### Exercise requirements
Could you set down exactly the lines of the data below, starting at the one that holds "f 157 155 153" and ending at the one that holds "f 155 159 156", both included, and only those?

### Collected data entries
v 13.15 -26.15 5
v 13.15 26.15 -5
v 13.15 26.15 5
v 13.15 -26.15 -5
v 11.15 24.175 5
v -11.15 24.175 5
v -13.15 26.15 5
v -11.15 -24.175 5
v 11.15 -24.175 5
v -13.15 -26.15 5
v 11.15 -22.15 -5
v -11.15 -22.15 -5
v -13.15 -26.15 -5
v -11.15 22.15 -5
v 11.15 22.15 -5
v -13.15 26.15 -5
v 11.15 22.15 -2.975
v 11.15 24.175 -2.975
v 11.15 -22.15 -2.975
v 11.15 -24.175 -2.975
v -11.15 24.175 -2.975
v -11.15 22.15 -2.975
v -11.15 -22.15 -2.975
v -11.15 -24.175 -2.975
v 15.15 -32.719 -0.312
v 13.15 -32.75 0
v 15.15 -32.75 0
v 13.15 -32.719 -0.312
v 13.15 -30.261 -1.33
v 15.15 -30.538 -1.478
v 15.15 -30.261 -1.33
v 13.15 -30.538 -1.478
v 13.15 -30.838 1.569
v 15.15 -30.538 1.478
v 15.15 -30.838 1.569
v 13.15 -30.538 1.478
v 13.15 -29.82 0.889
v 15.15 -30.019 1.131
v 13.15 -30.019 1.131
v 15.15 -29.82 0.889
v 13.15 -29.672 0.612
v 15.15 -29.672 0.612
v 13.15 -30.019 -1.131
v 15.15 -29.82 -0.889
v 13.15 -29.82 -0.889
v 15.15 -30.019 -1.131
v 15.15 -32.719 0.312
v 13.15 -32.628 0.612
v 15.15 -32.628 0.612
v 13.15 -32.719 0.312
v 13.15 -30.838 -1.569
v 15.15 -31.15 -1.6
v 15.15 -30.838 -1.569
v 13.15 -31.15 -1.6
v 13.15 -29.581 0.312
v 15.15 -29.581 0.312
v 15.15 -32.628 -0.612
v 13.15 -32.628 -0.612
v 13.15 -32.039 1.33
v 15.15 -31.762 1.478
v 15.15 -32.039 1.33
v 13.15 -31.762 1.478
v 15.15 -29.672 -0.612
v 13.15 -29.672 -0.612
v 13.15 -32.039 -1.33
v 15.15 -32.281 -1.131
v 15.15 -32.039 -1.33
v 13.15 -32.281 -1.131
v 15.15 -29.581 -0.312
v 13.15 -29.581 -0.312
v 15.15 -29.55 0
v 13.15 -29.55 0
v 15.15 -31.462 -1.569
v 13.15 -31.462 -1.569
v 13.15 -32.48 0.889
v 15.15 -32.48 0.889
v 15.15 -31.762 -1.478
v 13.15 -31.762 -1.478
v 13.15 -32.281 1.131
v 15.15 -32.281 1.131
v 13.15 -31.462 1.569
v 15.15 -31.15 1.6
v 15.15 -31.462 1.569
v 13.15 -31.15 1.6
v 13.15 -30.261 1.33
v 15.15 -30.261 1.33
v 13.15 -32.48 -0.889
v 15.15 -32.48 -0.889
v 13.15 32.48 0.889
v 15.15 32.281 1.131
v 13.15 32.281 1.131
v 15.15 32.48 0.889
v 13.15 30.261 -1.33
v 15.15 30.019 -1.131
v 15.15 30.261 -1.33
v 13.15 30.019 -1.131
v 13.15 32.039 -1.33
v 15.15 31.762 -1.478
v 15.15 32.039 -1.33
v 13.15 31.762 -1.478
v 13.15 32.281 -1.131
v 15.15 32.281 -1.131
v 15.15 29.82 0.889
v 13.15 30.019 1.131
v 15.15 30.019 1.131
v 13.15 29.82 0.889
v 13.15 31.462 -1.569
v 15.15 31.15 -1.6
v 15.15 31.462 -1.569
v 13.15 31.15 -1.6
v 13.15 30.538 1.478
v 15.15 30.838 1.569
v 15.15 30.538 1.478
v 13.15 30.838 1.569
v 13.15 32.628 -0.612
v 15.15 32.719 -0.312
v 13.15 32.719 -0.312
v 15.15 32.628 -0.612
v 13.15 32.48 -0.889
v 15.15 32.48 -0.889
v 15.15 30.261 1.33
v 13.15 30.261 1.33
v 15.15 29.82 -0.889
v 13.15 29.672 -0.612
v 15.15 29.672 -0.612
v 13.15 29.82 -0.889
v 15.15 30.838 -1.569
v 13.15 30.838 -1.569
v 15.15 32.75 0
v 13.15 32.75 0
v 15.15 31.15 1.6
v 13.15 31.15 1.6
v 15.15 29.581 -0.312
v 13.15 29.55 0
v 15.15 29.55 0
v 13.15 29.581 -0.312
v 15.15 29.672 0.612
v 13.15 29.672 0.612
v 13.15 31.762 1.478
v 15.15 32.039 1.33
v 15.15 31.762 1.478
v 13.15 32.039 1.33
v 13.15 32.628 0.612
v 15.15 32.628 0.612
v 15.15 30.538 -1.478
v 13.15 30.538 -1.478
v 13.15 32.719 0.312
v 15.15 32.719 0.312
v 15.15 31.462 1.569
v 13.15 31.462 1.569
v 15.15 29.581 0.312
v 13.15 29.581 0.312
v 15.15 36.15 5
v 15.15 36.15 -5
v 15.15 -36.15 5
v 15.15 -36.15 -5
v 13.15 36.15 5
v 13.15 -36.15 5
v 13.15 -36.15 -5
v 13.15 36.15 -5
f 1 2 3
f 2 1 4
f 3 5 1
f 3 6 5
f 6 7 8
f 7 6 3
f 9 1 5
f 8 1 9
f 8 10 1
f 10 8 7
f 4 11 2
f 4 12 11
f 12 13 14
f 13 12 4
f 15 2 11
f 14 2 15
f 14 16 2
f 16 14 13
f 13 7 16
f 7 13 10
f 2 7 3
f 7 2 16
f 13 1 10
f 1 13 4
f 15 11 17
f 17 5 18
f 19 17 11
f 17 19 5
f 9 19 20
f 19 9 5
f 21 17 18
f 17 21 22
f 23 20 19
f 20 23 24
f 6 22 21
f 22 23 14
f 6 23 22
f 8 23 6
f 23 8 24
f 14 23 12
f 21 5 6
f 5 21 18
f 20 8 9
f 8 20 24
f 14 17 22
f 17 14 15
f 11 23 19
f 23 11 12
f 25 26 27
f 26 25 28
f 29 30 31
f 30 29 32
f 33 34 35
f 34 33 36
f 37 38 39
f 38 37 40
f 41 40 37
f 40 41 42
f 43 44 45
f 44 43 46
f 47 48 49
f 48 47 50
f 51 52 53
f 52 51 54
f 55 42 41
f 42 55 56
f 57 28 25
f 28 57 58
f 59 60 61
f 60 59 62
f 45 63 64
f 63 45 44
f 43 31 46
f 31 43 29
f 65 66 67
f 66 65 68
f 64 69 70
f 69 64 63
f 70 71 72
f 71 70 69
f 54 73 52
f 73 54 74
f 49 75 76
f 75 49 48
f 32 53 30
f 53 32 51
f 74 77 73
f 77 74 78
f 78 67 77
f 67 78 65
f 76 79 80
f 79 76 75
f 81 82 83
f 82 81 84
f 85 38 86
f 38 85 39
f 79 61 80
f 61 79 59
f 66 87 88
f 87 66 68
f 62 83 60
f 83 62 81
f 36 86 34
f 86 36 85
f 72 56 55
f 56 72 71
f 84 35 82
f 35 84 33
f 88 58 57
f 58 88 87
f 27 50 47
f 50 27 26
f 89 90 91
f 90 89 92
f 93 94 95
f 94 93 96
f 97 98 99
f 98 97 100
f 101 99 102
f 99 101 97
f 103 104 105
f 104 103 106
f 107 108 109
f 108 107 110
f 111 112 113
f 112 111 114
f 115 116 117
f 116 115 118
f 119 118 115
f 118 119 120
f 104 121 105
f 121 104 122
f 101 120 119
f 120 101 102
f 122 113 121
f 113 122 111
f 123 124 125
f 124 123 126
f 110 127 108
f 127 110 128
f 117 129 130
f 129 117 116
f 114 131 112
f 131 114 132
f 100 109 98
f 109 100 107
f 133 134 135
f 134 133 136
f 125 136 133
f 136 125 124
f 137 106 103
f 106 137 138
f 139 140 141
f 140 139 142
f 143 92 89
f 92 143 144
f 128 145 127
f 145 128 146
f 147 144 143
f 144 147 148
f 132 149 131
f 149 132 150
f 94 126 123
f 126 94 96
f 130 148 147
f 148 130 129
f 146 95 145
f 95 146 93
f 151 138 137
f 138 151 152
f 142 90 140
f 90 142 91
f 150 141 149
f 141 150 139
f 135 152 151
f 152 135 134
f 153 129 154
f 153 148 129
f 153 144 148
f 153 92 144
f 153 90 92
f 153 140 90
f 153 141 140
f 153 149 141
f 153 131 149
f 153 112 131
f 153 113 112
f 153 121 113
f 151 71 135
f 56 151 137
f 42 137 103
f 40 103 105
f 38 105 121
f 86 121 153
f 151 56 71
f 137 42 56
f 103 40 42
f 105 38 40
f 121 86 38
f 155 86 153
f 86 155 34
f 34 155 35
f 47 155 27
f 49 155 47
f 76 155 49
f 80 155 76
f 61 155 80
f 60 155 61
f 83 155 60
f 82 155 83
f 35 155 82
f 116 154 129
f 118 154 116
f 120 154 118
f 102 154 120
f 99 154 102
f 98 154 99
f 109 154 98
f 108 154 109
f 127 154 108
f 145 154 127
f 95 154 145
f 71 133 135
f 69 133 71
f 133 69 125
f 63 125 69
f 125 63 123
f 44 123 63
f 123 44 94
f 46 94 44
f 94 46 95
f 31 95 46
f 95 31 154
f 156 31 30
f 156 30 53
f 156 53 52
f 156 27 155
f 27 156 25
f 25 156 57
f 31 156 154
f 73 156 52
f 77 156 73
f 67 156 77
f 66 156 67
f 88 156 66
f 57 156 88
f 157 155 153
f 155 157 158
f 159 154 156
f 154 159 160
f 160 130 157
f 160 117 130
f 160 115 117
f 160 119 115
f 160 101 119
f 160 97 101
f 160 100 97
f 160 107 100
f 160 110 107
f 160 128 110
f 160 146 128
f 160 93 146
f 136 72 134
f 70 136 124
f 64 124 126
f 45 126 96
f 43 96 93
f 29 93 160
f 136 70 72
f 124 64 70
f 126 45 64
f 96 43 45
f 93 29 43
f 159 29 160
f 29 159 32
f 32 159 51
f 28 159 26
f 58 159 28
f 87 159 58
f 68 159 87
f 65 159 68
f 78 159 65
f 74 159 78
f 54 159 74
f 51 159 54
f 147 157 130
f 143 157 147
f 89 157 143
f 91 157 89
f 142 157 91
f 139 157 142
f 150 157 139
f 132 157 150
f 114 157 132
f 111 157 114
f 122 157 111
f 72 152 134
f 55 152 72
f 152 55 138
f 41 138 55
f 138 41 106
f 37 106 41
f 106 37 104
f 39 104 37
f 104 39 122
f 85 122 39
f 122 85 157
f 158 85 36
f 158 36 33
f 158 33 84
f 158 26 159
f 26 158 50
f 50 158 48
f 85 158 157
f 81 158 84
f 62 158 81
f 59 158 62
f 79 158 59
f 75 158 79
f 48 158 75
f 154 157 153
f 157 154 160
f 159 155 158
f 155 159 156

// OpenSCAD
cutting_epsilon = 0.05;

module hella4570_holder_frame(inner_width, inner_height, height, thickness) {
	difference() {
		cube([inner_width + 2*thickness,
			inner_height + 4*thickness,
			height], center = true);
		translate([0, 0, thickness/2 + cutting_epsilon/2])
			cube([inner_width, inner_height + 2*thickness + cutting_epsilon,
				height - thickness],
				center = true);
		cube([inner_width, inner_height, height + cutting_epsilon],
			center = true);
	}
}

module hella4570_holder_mount(width, inner_height, thickness, hole_diameter) {
	difference() {
		height = inner_height + 4*thickness + 2*width;
		cube([thickness, height, width],
			center = true);
		for (f = [-1:2:1])
			translate([0, f * (height/2 - width/2), 0])
			rotate([0, 90, 0])
				cylinder(d = hole_diameter, h = thickness + cutting_epsilon,
					center = true,
					$fn = 32);
	}
}

module hella4570_holder(inner_width = 22.1,
	inner_height = 44.1,
	height = 10,
	thickness = 2,
	mount_hole_diameter = 3,
	epsilon = 0.1) {
	ciw = inner_width + 2*epsilon;
	cih = inner_height + 2*epsilon;
	cmhd = mount_hole_diameter + 2*epsilon;

	union() {
		hella4570_holder_frame(inner_width = ciw,
			inner_height = cih,
			height = height,
			thickness = thickness);

		translate([ciw/2 + 1.5*thickness, 0, 0])
			hella4570_holder_mount(width = height,
				inner_height = cih,
				thickness = thickness,
				hole_diameter = cmhd);
	}
}

hella4570_holder();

### Solution for this exercise
f 157 155 153
f 155 157 158
f 159 154 156
f 154 159 160
f 160 130 157
f 160 117 130
f 160 115 117
f 160 119 115
f 160 101 119
f 160 97 101
f 160 100 97
f 160 107 100
f 160 110 107
f 160 128 110
f 160 146 128
f 160 93 146
f 136 72 134
f 70 136 124
f 64 124 126
f 45 126 96
f 43 96 93
f 29 93 160
f 136 70 72
f 124 64 70
f 126 45 64
f 96 43 45
f 93 29 43
f 159 29 160
f 29 159 32
f 32 159 51
f 28 159 26
f 58 159 28
f 87 159 58
f 68 159 87
f 65 159 68
f 78 159 65
f 74 159 78
f 54 159 74
f 51 159 54
f 147 157 130
f 143 157 147
f 89 157 143
f 91 157 89
f 142 157 91
f 139 157 142
f 150 157 139
f 132 157 150
f 114 157 132
f 111 157 114
f 122 157 111
f 72 152 134
f 55 152 72
f 152 55 138
f 41 138 55
f 138 41 106
f 37 106 41
f 106 37 104
f 39 104 37
f 104 39 122
f 85 122 39
f 122 85 157
f 158 85 36
f 158 36 33
f 158 33 84
f 158 26 159
f 26 158 50
f 50 158 48
f 85 158 157
f 81 158 84
f 62 158 81
f 59 158 62
f 79 158 59
f 75 158 79
f 48 158 75
f 154 157 153
f 157 154 160
f 159 155 158
f 155 159 156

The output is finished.